"""

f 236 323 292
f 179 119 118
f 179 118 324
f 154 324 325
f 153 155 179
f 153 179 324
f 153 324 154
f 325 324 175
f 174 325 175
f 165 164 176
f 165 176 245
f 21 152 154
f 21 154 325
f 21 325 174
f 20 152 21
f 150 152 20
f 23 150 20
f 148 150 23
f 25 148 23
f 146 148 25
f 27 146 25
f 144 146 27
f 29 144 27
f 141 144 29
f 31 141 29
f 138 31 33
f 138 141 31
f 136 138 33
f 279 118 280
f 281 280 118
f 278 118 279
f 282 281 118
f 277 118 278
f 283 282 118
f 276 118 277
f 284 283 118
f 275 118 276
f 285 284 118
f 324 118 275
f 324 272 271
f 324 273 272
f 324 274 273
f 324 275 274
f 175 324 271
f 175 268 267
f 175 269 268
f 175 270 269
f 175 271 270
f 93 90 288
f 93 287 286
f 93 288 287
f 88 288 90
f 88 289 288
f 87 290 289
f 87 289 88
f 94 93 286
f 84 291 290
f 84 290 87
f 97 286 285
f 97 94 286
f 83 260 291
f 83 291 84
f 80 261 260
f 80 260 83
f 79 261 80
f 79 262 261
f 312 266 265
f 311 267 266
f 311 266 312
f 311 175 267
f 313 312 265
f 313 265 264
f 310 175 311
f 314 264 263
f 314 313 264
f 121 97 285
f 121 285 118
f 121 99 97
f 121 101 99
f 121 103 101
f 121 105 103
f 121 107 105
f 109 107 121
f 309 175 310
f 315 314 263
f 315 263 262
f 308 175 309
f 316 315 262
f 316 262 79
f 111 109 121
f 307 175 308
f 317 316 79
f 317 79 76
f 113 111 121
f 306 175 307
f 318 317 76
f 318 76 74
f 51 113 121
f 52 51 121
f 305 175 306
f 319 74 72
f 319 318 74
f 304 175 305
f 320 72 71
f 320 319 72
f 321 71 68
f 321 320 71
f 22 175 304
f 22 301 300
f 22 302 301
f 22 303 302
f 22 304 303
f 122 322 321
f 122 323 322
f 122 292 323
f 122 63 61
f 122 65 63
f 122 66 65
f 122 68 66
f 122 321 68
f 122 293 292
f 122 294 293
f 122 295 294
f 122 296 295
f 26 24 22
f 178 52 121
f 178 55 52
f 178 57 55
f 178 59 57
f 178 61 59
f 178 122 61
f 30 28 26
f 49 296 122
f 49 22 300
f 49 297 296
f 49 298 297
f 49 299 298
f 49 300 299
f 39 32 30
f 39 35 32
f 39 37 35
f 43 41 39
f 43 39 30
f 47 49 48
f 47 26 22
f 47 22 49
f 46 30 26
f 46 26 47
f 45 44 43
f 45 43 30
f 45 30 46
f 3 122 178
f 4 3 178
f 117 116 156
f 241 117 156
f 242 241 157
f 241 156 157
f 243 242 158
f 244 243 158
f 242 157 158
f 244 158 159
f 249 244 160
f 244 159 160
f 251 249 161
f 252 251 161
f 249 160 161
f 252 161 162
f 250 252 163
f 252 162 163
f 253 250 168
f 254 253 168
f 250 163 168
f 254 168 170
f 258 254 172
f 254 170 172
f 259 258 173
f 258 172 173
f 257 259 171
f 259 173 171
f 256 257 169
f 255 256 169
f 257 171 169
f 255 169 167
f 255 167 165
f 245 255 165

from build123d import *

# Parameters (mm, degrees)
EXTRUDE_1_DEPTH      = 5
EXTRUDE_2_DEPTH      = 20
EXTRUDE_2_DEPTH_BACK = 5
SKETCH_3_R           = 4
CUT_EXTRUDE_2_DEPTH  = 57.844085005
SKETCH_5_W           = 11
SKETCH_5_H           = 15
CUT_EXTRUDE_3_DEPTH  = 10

"""
"""

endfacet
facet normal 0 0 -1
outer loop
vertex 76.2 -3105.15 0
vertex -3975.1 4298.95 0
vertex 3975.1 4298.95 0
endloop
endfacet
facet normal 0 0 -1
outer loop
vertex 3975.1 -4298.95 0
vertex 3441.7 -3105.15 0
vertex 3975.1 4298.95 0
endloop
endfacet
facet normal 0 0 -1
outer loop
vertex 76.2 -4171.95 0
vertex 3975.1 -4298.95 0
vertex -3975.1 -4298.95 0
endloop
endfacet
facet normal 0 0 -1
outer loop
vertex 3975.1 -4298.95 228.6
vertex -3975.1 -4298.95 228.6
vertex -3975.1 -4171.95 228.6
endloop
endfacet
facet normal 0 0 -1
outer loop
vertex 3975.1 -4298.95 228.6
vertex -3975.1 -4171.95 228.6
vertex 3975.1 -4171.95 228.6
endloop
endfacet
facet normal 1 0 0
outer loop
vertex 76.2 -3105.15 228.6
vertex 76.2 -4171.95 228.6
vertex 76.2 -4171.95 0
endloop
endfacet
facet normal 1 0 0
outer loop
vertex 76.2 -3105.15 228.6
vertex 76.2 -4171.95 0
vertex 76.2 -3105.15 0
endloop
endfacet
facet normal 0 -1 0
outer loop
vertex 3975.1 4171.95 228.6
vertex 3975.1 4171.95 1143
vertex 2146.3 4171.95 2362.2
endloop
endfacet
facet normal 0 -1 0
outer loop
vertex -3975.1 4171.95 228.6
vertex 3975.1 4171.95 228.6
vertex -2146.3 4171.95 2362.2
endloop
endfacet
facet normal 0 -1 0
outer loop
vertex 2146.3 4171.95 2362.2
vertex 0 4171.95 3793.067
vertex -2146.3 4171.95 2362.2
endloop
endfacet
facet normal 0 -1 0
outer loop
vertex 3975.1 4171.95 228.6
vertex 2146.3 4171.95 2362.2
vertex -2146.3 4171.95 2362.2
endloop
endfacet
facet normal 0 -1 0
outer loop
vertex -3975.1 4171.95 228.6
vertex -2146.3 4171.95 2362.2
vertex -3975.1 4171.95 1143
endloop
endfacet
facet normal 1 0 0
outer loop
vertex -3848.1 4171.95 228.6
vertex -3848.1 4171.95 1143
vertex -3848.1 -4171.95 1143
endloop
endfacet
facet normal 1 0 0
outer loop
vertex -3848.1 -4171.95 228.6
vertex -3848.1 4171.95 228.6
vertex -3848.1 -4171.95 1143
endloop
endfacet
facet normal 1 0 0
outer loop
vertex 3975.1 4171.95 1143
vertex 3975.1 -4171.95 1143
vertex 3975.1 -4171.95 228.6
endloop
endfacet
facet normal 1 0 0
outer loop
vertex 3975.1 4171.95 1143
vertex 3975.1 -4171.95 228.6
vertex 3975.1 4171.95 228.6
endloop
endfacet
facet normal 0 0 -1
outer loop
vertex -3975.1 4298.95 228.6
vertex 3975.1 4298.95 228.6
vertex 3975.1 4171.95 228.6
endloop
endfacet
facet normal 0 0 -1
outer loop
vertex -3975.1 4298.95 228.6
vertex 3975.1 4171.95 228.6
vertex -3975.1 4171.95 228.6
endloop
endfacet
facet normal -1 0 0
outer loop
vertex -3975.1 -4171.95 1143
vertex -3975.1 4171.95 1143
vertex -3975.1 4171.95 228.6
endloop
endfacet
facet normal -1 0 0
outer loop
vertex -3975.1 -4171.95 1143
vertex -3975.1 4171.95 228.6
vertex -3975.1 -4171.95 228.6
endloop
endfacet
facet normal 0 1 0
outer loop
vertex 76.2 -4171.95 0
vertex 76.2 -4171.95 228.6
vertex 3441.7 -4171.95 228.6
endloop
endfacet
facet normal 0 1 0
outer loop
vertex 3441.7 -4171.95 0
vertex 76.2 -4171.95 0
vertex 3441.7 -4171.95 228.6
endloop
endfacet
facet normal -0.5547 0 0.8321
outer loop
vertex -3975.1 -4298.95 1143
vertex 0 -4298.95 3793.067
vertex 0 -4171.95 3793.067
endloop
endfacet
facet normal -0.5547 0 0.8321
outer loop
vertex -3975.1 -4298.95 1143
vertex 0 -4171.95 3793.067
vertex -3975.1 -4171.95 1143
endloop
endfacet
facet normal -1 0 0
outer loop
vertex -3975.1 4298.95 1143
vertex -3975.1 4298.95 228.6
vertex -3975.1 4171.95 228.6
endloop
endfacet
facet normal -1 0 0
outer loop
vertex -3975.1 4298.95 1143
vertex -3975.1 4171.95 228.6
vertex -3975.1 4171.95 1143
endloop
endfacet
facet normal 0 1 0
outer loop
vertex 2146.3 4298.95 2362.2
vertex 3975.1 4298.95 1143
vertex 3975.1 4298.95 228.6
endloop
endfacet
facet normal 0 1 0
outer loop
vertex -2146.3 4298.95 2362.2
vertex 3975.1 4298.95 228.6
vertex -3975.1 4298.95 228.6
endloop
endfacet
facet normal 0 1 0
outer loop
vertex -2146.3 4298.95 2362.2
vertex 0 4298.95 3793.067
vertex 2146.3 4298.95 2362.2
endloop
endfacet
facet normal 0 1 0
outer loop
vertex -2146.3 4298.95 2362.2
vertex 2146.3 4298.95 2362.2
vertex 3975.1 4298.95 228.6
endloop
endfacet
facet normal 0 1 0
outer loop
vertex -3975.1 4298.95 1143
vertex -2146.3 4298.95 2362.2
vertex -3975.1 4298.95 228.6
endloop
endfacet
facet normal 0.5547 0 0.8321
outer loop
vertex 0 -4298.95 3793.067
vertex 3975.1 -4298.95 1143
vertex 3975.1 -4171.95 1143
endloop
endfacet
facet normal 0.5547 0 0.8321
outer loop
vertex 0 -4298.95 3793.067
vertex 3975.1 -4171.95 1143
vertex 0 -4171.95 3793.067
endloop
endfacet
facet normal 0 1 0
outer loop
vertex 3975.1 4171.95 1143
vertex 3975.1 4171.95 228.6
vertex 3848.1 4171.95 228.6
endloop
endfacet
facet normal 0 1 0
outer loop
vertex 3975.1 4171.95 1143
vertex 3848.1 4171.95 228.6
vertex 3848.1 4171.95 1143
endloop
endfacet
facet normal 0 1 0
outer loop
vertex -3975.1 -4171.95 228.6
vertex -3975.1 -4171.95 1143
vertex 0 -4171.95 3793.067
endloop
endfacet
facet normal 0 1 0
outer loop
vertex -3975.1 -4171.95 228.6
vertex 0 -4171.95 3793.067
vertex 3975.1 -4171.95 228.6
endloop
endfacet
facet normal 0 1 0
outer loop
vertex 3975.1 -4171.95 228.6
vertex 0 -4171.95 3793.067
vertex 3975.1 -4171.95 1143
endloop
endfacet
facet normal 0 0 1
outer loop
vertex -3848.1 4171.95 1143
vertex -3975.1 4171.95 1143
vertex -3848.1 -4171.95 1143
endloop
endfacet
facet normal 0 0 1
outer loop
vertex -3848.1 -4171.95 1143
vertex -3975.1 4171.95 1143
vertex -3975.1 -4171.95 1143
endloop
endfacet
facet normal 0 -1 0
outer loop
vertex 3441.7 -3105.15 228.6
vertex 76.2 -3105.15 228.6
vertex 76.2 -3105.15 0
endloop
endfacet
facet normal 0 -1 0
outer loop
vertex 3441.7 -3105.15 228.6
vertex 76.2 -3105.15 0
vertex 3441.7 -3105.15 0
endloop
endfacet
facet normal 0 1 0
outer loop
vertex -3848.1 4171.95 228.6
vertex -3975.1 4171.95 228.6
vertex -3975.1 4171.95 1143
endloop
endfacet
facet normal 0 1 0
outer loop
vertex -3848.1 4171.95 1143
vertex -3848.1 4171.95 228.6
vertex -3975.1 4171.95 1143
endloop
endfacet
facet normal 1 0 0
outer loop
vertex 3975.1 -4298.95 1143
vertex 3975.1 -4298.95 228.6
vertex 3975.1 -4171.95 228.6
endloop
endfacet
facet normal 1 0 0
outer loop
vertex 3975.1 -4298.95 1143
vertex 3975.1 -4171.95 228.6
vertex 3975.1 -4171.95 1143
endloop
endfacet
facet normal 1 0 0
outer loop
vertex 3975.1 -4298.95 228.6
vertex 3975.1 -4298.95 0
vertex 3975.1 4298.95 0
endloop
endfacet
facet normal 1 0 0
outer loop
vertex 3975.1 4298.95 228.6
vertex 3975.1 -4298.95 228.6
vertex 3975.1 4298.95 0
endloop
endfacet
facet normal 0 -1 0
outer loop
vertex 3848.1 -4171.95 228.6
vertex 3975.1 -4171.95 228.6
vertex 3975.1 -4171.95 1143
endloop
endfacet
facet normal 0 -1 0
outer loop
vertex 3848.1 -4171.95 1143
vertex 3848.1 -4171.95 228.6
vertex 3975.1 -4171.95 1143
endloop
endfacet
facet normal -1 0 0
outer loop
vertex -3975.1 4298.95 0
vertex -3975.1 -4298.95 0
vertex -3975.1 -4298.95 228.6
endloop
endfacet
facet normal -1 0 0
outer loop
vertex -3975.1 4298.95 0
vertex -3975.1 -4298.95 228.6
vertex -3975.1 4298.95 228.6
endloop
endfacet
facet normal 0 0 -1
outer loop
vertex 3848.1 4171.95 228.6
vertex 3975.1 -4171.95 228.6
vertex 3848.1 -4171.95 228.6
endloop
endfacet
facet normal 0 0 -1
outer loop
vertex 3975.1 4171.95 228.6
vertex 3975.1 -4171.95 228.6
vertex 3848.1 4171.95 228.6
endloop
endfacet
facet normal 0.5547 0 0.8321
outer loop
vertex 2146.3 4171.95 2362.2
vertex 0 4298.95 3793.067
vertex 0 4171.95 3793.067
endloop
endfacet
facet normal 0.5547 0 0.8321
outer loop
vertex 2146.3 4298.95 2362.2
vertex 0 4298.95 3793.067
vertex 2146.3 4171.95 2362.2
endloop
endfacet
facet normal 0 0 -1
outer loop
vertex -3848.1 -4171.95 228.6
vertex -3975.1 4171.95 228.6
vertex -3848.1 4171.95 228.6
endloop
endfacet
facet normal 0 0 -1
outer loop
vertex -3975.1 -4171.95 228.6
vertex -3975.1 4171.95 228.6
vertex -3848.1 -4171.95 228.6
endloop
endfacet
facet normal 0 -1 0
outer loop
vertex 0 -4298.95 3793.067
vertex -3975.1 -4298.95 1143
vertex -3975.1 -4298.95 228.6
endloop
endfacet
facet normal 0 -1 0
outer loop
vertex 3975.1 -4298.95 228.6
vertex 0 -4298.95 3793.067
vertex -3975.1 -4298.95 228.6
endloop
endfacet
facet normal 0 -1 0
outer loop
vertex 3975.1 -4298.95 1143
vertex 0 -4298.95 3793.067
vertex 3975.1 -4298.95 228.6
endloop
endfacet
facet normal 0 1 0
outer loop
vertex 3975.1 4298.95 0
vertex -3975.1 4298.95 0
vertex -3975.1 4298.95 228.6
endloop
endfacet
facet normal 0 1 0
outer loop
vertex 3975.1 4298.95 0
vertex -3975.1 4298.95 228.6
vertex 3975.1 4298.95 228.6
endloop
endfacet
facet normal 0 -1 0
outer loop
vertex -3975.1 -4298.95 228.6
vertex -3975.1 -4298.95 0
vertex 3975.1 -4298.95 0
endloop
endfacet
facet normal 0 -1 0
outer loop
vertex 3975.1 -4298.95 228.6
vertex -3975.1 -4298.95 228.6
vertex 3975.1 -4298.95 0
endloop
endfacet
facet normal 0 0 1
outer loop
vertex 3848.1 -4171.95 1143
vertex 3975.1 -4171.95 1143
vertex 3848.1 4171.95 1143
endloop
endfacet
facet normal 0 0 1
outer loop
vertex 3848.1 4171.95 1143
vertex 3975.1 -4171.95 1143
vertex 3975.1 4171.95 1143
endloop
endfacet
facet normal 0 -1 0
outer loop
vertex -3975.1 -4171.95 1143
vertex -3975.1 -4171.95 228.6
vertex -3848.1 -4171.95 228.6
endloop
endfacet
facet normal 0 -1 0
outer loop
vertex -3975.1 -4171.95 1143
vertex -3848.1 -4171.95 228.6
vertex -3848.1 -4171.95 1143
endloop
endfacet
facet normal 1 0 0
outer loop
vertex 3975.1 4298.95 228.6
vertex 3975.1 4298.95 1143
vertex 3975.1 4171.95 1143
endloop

"""

▶ **The task**
What you return must be an exact retyping of the lines above starting at the line with "f 236 323 292" and ending at the line with "f 141 144 29", and nothing besides.

▶ **Written solution**
f 236 323 292
f 179 119 118
f 179 118 324
f 154 324 325
f 153 155 179
f 153 179 324
f 153 324 154
f 325 324 175
f 174 325 175
f 165 164 176
f 165 176 245
f 21 152 154
f 21 154 325
f 21 325 174
f 20 152 21
f 150 152 20
f 23 150 20
f 148 150 23
f 25 148 23
f 146 148 25
f 27 146 25
f 144 146 27
f 29 144 27
f 141 144 29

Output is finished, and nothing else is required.